/с купюрами/
Кроме “Пяти эссе на тему этики”, я не читал вас, Умберто; но ведь и вы меня не читали. Так что в этом мы равны. И простите меня сразу, что я осерчал на вас.
В этом нет ничего удивительного.
Вы выступаете перед американской аудиторией и касаетесь России.
Зачем это человеку пишущему вояжировать с устными выступлениями? Хотя я догадываюсь, что проповедовать с гуманистическим нажимом безопасно и вкусно, особенно перед англосаксонской публикой. Это конформно и, в конце концов, хорошо расходится.
(…)
Создавая этот список, вы автоматически попадаете в круг застрельщиков новой войны – между цивилизацией жрецов и цивилизацией профанов.
“Достаточно наличия одной из них (характеристик), чтобы стала конденсироваться фашиsтская туманность: культ традиции.”
Я процитировал вас в первый и последний раз. Здесь уже возникли к вам сентенции.
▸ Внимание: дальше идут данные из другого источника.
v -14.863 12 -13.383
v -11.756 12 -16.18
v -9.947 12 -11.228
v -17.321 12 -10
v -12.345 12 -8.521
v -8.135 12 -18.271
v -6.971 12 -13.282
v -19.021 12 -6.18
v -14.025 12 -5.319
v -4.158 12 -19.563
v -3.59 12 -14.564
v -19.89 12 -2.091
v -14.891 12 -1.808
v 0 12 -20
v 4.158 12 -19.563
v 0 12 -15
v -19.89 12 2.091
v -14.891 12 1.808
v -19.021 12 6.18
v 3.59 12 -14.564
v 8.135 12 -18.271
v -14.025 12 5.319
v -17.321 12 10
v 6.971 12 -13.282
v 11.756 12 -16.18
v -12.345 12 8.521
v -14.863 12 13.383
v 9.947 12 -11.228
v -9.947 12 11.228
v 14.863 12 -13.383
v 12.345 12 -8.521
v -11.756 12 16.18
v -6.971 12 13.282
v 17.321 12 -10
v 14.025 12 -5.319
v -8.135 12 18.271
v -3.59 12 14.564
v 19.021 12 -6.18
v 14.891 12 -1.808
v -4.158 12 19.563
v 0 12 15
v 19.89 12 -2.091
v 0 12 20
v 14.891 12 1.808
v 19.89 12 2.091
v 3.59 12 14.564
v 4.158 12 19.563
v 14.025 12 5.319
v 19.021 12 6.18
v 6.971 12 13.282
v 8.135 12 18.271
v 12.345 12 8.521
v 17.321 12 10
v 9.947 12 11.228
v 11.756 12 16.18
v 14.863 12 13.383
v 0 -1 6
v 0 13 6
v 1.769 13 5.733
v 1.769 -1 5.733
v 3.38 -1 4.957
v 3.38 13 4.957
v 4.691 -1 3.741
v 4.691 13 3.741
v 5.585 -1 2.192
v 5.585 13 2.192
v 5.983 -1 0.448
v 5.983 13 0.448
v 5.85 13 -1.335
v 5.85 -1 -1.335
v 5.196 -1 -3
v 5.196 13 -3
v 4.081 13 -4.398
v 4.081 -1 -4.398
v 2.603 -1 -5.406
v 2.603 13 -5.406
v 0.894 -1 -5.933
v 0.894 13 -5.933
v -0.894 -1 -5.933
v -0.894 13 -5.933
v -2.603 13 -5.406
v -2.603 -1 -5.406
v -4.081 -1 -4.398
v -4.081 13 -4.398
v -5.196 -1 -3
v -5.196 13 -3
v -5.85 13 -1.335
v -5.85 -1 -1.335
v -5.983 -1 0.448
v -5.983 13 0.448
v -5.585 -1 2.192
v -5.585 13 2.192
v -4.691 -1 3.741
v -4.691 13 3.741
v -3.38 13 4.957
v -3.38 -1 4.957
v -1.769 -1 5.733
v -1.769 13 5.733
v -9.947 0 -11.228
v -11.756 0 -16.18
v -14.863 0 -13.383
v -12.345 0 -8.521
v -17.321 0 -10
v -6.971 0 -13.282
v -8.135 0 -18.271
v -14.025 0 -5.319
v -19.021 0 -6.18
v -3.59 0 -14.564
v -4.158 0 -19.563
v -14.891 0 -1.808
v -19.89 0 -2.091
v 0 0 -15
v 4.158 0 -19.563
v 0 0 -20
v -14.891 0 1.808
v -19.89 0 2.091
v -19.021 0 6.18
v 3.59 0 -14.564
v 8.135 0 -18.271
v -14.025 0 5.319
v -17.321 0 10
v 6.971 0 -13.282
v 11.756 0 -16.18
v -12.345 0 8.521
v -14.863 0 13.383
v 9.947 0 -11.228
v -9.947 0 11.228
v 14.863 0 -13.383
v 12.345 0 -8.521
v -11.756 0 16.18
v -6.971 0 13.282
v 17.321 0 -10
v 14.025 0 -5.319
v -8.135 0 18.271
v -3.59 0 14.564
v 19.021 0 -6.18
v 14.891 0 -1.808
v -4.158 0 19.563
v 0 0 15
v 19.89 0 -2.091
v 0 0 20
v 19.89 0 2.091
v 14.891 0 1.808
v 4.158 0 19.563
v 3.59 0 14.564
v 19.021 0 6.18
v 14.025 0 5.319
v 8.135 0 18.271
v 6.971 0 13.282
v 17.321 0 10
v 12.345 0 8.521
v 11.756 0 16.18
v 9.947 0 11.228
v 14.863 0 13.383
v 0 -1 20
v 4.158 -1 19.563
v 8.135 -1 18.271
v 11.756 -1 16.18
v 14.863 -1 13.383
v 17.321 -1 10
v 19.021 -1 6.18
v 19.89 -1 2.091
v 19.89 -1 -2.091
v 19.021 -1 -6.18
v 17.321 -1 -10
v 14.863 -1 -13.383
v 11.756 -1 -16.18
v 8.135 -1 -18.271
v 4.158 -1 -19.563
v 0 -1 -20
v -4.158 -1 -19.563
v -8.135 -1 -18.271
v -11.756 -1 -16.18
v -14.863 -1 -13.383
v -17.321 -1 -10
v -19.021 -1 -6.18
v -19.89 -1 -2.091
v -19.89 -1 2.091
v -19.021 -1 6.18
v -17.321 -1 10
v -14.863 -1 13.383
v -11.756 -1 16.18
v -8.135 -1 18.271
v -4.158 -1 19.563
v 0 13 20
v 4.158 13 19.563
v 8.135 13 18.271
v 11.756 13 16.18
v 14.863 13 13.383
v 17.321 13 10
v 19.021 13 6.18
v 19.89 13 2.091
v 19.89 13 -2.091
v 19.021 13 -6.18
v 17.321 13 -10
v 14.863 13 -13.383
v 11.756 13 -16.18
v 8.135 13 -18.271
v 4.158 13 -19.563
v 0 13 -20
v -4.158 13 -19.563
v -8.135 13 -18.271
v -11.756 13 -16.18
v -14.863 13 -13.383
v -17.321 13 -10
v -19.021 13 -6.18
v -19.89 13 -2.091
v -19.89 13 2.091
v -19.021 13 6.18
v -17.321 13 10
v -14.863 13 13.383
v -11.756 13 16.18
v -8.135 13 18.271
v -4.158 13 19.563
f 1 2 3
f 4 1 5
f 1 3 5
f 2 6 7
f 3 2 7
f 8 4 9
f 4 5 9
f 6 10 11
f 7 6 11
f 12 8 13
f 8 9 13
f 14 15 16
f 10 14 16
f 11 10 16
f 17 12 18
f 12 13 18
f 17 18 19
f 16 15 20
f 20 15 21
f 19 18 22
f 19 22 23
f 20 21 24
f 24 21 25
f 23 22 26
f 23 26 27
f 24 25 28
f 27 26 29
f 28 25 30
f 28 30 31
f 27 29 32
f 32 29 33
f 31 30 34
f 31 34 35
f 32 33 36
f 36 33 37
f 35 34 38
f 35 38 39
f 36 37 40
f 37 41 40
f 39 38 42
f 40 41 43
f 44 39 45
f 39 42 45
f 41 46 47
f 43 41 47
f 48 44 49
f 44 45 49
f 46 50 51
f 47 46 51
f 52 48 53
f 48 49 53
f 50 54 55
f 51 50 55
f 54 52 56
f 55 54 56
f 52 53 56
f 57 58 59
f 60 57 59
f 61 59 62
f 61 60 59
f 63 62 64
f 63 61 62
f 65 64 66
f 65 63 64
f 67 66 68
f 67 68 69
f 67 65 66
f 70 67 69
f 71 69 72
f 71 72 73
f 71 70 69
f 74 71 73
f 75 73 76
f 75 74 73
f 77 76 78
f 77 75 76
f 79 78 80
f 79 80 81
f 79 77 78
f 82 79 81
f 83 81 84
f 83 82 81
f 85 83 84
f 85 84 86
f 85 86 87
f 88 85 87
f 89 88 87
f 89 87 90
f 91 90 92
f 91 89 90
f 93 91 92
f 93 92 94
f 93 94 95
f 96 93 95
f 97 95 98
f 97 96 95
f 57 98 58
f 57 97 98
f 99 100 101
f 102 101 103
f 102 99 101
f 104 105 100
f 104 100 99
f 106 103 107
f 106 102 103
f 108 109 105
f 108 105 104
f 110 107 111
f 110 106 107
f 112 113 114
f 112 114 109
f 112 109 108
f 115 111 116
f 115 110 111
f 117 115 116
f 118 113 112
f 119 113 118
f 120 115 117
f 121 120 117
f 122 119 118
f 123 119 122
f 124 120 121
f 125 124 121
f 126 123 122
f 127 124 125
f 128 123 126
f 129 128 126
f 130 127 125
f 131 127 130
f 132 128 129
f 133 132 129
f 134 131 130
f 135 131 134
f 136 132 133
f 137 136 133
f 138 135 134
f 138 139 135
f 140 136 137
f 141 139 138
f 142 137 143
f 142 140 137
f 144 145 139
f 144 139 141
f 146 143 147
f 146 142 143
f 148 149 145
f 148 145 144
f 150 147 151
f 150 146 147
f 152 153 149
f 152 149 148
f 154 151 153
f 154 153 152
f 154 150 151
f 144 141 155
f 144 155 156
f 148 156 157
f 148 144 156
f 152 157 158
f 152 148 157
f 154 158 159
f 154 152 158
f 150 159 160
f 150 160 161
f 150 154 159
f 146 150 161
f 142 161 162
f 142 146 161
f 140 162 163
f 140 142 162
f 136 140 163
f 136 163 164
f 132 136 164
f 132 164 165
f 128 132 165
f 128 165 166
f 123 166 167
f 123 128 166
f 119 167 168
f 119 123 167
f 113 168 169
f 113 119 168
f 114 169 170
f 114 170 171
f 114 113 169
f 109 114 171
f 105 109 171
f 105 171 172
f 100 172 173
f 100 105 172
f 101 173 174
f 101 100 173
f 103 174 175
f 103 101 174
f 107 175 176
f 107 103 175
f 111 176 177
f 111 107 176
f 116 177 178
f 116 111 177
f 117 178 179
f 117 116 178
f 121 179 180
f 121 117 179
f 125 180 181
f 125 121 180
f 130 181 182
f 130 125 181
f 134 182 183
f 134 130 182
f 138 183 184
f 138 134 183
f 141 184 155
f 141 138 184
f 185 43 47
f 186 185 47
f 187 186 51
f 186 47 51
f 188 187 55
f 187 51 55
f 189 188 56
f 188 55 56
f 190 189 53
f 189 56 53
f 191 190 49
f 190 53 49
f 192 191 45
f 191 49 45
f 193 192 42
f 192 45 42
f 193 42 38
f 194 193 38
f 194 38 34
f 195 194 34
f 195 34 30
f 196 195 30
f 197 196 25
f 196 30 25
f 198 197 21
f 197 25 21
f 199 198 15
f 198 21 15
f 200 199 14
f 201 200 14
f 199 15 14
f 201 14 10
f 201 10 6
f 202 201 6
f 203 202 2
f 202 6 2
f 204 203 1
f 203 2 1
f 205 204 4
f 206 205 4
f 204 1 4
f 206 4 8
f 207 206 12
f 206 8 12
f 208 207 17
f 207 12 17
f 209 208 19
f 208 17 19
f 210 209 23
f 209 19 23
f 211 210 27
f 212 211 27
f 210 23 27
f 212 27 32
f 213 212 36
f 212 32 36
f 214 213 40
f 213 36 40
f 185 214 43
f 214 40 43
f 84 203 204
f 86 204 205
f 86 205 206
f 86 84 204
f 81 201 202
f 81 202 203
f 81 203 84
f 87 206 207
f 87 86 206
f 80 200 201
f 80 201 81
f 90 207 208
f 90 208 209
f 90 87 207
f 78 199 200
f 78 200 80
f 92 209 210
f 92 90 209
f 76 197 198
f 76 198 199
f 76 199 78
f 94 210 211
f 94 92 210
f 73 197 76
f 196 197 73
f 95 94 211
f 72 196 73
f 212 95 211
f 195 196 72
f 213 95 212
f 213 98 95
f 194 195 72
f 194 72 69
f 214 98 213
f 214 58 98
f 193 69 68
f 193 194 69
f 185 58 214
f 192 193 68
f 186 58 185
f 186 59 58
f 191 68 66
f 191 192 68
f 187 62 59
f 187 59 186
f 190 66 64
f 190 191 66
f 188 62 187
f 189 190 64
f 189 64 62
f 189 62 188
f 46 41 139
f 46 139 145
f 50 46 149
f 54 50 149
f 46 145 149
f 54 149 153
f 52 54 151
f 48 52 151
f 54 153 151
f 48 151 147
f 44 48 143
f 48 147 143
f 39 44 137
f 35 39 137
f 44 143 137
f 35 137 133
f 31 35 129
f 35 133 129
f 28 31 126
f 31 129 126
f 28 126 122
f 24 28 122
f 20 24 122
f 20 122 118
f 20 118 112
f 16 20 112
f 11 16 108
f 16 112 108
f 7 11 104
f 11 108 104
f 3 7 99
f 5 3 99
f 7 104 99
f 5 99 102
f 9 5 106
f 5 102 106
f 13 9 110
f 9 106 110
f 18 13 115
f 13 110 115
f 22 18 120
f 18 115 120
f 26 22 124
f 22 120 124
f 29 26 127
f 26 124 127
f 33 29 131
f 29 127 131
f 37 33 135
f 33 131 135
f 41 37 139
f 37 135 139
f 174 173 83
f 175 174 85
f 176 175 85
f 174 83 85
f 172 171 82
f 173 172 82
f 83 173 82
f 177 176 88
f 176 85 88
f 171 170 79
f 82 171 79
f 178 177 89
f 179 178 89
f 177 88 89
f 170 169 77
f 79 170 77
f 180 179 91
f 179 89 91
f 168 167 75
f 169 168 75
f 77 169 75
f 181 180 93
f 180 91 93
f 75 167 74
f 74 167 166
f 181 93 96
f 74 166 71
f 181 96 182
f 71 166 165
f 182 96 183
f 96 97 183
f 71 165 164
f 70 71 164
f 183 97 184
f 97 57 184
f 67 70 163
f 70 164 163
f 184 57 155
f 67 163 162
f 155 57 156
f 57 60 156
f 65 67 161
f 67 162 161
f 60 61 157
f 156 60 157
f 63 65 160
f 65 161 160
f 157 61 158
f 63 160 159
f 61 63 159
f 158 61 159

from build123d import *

# Parameters (mm, degrees)
ESQUISSE1_R        = 20
ESQUISSE1_R_2      = 6
BOSS_EXTRU_1_DEPTH = 1
BOSS_EXTRU_2_START = 12
ESQUISSE1_3_R      = 15
ESQUISSE1_3_R_2    = 6
BOSS_EXTRU_2_DEPTH = 12
BOSS_EXTRU_4_START = 1
ESQUISSE2_R        = 20
ESQUISSE2_R_2      = 6
BOSS_EXTRU_4_DEPTH = 1


with BuildPart() as part:
    # Esquisse1 → Boss.-Extru.1 (new body)
    with BuildSketch(Plane(origin=(0, 0, 0), x_dir=(1, 0, 0), z_dir=(0, 1, 0))):
        Circle(ESQUISSE1_R)
        Circle(ESQUISSE1_R_2, mode=Mode.SUBTRACT)
    extrude(amount=-BOSS_EXTRU_1_DEPTH)

    # Esquisse1<3> → Boss.-Extru.2 (add)
    with BuildSketch(Plane(origin=(0, 0, 0), x_dir=(1, 0, 0), z_dir=(0, 1, 0)).offset(BOSS_EXTRU_2_START)):
        Circle(ESQUISSE1_3_R)
        Circle(ESQUISSE1_3_R_2, mode=Mode.SUBTRACT)
    extrude(amount=-BOSS_EXTRU_2_DEPTH)

    # Esquisse2 → Boss.-Extru.4 (add)
    with BuildSketch(Plane(origin=(0, 12, 0), x_dir=(1, 0, 0), z_dir=(0, 1, 0)).offset(BOSS_EXTRU_4_START)):
        Circle(ESQUISSE2_R)
        Circle(ESQUISSE2_R_2, mode=Mode.SUBTRACT)
    extrude(amount=-BOSS_EXTRU_4_DEPTH)


solid = part.part
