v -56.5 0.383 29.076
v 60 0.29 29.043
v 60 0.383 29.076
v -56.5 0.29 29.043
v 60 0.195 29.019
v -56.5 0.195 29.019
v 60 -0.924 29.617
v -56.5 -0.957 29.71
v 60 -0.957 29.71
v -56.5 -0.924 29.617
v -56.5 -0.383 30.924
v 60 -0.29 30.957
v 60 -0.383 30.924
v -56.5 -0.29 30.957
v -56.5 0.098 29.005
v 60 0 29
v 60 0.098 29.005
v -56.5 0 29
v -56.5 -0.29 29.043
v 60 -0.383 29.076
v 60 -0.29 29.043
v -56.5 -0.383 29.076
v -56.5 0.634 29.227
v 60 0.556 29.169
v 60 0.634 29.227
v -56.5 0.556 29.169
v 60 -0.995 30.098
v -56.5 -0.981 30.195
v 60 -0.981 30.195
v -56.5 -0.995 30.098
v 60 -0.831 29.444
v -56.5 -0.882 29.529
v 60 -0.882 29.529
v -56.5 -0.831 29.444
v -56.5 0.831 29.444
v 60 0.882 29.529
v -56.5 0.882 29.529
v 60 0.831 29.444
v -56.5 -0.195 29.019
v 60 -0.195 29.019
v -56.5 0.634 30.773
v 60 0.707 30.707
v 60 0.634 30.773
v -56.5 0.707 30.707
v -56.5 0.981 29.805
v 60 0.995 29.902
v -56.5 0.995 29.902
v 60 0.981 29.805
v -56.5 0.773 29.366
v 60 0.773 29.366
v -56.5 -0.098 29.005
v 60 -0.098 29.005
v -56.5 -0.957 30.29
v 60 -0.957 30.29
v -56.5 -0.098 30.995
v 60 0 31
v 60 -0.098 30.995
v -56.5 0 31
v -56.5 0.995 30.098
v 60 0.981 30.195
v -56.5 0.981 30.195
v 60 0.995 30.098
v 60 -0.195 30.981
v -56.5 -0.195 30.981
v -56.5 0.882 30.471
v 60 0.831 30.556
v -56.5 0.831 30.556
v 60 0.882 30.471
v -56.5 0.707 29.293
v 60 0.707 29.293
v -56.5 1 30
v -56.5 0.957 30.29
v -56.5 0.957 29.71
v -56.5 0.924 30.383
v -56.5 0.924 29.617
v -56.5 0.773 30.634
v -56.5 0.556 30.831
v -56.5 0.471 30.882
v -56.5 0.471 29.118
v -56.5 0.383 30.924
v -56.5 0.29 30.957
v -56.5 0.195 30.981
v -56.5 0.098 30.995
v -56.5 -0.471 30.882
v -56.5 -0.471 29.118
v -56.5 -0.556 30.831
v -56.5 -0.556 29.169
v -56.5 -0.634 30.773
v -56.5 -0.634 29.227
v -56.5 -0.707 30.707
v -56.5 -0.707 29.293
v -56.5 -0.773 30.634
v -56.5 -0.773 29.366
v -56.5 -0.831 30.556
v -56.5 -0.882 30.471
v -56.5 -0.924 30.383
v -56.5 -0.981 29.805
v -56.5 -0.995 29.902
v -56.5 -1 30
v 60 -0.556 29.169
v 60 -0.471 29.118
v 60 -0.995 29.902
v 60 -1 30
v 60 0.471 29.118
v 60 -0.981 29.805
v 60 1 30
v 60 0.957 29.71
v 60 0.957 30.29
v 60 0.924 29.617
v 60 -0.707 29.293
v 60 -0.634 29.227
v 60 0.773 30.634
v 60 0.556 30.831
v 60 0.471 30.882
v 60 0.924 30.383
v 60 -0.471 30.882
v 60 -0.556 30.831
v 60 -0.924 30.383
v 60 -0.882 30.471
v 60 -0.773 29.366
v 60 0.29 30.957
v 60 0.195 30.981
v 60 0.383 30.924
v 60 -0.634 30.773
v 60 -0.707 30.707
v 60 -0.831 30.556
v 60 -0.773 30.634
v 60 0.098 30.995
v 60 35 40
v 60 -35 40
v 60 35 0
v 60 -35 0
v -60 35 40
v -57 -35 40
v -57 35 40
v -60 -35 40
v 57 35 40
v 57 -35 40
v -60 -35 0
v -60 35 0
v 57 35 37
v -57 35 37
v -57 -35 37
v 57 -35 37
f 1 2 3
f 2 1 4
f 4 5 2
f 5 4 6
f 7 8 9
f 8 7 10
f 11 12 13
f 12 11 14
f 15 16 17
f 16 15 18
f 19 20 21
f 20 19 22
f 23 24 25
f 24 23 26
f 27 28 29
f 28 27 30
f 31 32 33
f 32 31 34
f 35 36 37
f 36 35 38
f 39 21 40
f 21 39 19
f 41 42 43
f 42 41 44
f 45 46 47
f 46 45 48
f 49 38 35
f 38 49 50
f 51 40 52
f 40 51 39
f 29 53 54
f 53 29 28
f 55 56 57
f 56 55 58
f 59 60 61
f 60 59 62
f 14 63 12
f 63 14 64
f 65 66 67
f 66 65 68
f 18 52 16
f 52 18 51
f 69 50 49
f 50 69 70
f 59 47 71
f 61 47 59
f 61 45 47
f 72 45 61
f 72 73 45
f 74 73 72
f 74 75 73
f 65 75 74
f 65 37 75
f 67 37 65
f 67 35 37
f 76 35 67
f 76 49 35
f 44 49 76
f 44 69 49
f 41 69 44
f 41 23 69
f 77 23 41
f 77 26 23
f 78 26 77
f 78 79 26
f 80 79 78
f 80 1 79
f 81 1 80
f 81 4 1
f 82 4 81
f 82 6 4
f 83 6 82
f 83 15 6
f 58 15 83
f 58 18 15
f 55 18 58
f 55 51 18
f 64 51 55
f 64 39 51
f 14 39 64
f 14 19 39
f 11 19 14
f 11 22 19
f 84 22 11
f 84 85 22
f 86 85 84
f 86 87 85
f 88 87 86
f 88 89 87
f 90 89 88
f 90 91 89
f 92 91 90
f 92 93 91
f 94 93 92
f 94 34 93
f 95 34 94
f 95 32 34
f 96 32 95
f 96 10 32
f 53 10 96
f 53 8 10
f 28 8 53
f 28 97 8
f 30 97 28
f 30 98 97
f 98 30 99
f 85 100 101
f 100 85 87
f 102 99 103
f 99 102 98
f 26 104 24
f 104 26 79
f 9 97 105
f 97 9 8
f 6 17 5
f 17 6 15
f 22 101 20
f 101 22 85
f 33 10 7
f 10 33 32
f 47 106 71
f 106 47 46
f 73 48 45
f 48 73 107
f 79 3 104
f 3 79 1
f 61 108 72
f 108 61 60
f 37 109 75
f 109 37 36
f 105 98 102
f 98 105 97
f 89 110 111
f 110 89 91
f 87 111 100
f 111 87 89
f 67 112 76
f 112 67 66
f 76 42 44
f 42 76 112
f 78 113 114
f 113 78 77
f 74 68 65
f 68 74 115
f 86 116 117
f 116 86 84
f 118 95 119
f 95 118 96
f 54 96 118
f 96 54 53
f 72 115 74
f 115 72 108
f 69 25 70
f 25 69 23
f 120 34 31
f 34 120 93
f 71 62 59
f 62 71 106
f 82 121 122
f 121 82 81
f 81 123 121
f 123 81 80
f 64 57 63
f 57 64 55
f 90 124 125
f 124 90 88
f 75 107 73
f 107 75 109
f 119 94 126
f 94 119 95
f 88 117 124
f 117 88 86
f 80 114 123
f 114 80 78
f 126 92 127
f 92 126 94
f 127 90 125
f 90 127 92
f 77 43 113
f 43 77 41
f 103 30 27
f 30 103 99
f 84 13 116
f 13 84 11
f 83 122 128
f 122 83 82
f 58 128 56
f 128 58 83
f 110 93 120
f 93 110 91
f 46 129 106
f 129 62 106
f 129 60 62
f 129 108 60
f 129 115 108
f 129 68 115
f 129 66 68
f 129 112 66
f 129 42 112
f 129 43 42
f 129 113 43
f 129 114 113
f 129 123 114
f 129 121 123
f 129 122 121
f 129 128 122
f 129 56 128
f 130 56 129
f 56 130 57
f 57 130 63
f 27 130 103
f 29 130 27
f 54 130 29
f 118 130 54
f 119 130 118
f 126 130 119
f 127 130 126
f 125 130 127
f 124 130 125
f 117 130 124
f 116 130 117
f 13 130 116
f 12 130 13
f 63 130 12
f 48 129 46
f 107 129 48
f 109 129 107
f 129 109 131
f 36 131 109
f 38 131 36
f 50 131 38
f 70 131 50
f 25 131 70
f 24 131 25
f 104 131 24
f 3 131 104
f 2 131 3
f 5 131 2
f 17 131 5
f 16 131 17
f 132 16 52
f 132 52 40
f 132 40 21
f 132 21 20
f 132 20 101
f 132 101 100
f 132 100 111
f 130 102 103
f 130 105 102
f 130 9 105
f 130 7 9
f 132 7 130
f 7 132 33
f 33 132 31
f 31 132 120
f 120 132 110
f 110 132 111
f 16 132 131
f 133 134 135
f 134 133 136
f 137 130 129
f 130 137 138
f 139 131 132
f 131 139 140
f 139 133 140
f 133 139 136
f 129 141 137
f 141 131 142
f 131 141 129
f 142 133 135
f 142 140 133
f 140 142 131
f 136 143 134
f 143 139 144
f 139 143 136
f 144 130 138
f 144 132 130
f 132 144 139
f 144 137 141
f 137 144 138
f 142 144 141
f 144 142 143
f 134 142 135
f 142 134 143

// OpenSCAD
// Mini horizontal gel-electrophoresis box - buffer tank
// Print orientation: tank resting on XY plane, open top facing +Z

// ---------- Parameters ----------
outer_x      = 120;   // outer length in X (mm)
outer_y      = 70;    // outer width in Y (mm)
outer_z      = 40;    // outer height in Z (mm)
wall         = 3;     // wall thickness (mm)
floor        = 3;     // floor thickness (mm)
platform_x   = 60;    // platform length in X (mm)
platform_y   = outer_y; // platform spans full inner width (mm)
platform_top = 13;    // platform top height above outer bottom (mm)
hole_d       = 2;     // electrode hole diameter (mm)
hole_y       = 0;     // electrode hole Y position (mm)
hole_z       = 30;    // electrode hole Z position (mm)
eps          = 0.5;   // cutter overshoot past faces (mm)

$fn = 64;

// ---------- Derived ----------
inner_x = outer_x - 2 * wall;   // 114 mm
inner_z = outer_z - floor;      // 37 mm (floor at z = 0..3)

// ---------- Model ----------
difference() {
    // Tank body
    translate([-outer_x / 2, -outer_y / 2, 0])
        cube([outer_x, outer_y, outer_z]);

    // Open top (empty space above inner floor)
    translate([-inner_x / 2, -platform_y / 2, inner_z])
        cube([inner_x, platform_y, outer_z - inner_z + eps]);

    // Raised gel-tray platform
    translate([-inner_x / 2, -platform_y / 2, inner_z])
        cube([platform_x, platform_y, platform_top - inner_z + wall]);

    // Electrode holes through end walls, along X
    for (sx = [-1, 1])
        translate([sx * (inner_x / 2 - eps), hole_y, hole_z])
            rotate([0, 90, 0])
                cylinder(d = hole_d, h = inner_x + 2 * eps);
}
Вам наверняка известно, что у русских традиция уродовалась на протяжении многих веков. Это касается истории моего народа и истории каждой его семьи. Великие русские маргинальны. Они приходили из ниоткуда. Ломоносов, Ленин, Менделеев и так далее до нашего современника Дугина. (…)
…Эти опасные дети века, эти “дворники и сторожа”. Русские очень опасны, предупреждаю вас, Эко.
Что произойдет, если они проснутся? Ведь ты скоро умрешь, Умберто, и так ничего не узнаешь о них. Высшей добродетелью в них вбивалось отрицание роста. В одном веке они – свидетели расколотого черепа ростовщицы, теперь продают банковские услуги. Один век концентрировал их внимание на красных руках Базарова, но другой век вложил в эти руки слишком мало жертв, слишком мало. Где их колыбель, где гимн, прерывающий их утренний сон, гимн, которому они присягали? Можно ли разгадать их планы, если они столько раз были обмануты? Можно ли предположить, что они прониклись самоубийственным духом, по наущению, например, ваших экзистенциалистов? Предположить, что их спалил алкоголь, который дистиллировали арабы? Можно ли предположить, что их целая плеяда – выживших?
Что такое наш общий мировой исторический багаж, Умберто? Представьте себе – вы пришли домой после отбубненной лекции, пустили в ванну горячую воду. Через некоторое время вы обнаруживаете, что ванна чуть не переливается через край, поскорее дергаете за цепочку – цепочка обрывается. Струю, конечно, в кране вы перекрыли, все нормально. Вы засучиваете рукав, опускаете в воду руку и тотчас ее отдергиваете – вода кипяток. Теперь посмотрим, чему вас, выдохшегося византийца, могла бы научить эта притча.
Первое: засучи рукава повыше, Эко. Воды здесь слишком много.
Второе: сними часы, иначе время остановится.
Третье: не так-то просто немедленно сорвать заглушку, чтобы вернуть все к прежнему равновесию – ты можешь обварить руку.
(…)
…Но я не верю, что ровесники двух веков останутся поколением маргинальным. Что они закончат карнавалом толерантности.
Реванш состоится, если произойдет слияние двух эсхатологических пластов, уже отлежавшихся в истории и доселе доказывавших друг другу рознь, хотя родственность их очевидна. Это пограничные движения мысли, которые определяли этический облик ХХ столетия – экзистенциализм и фундаментализм. Первый ставил вопрос о существовании человека, второй будет ставить - о приоритете человека. Внимание! Камю выписывал рецепт против бубонной чумы, но в конечном плане показал “эскалацию гнева” против тотальной отчуждённости, в которой погрязли вы, ваш богопротивный англосаксонский мир. Умберто, ты с католической элегантностью предостерегаешь американскую аудиторию об опасности возрождения, в том числе в России, ур-фашиzма.
Тогда ты угадал, Умберто (…) Знаешь, с чего мы начнём? Мы начнём с традиции.
Я добьюсь, чтобы твои книги кидали в костры, Эко, я обещаю это.
Не сокрушайся, старый ты человек, аутодафе – это высшая форма существования литературы.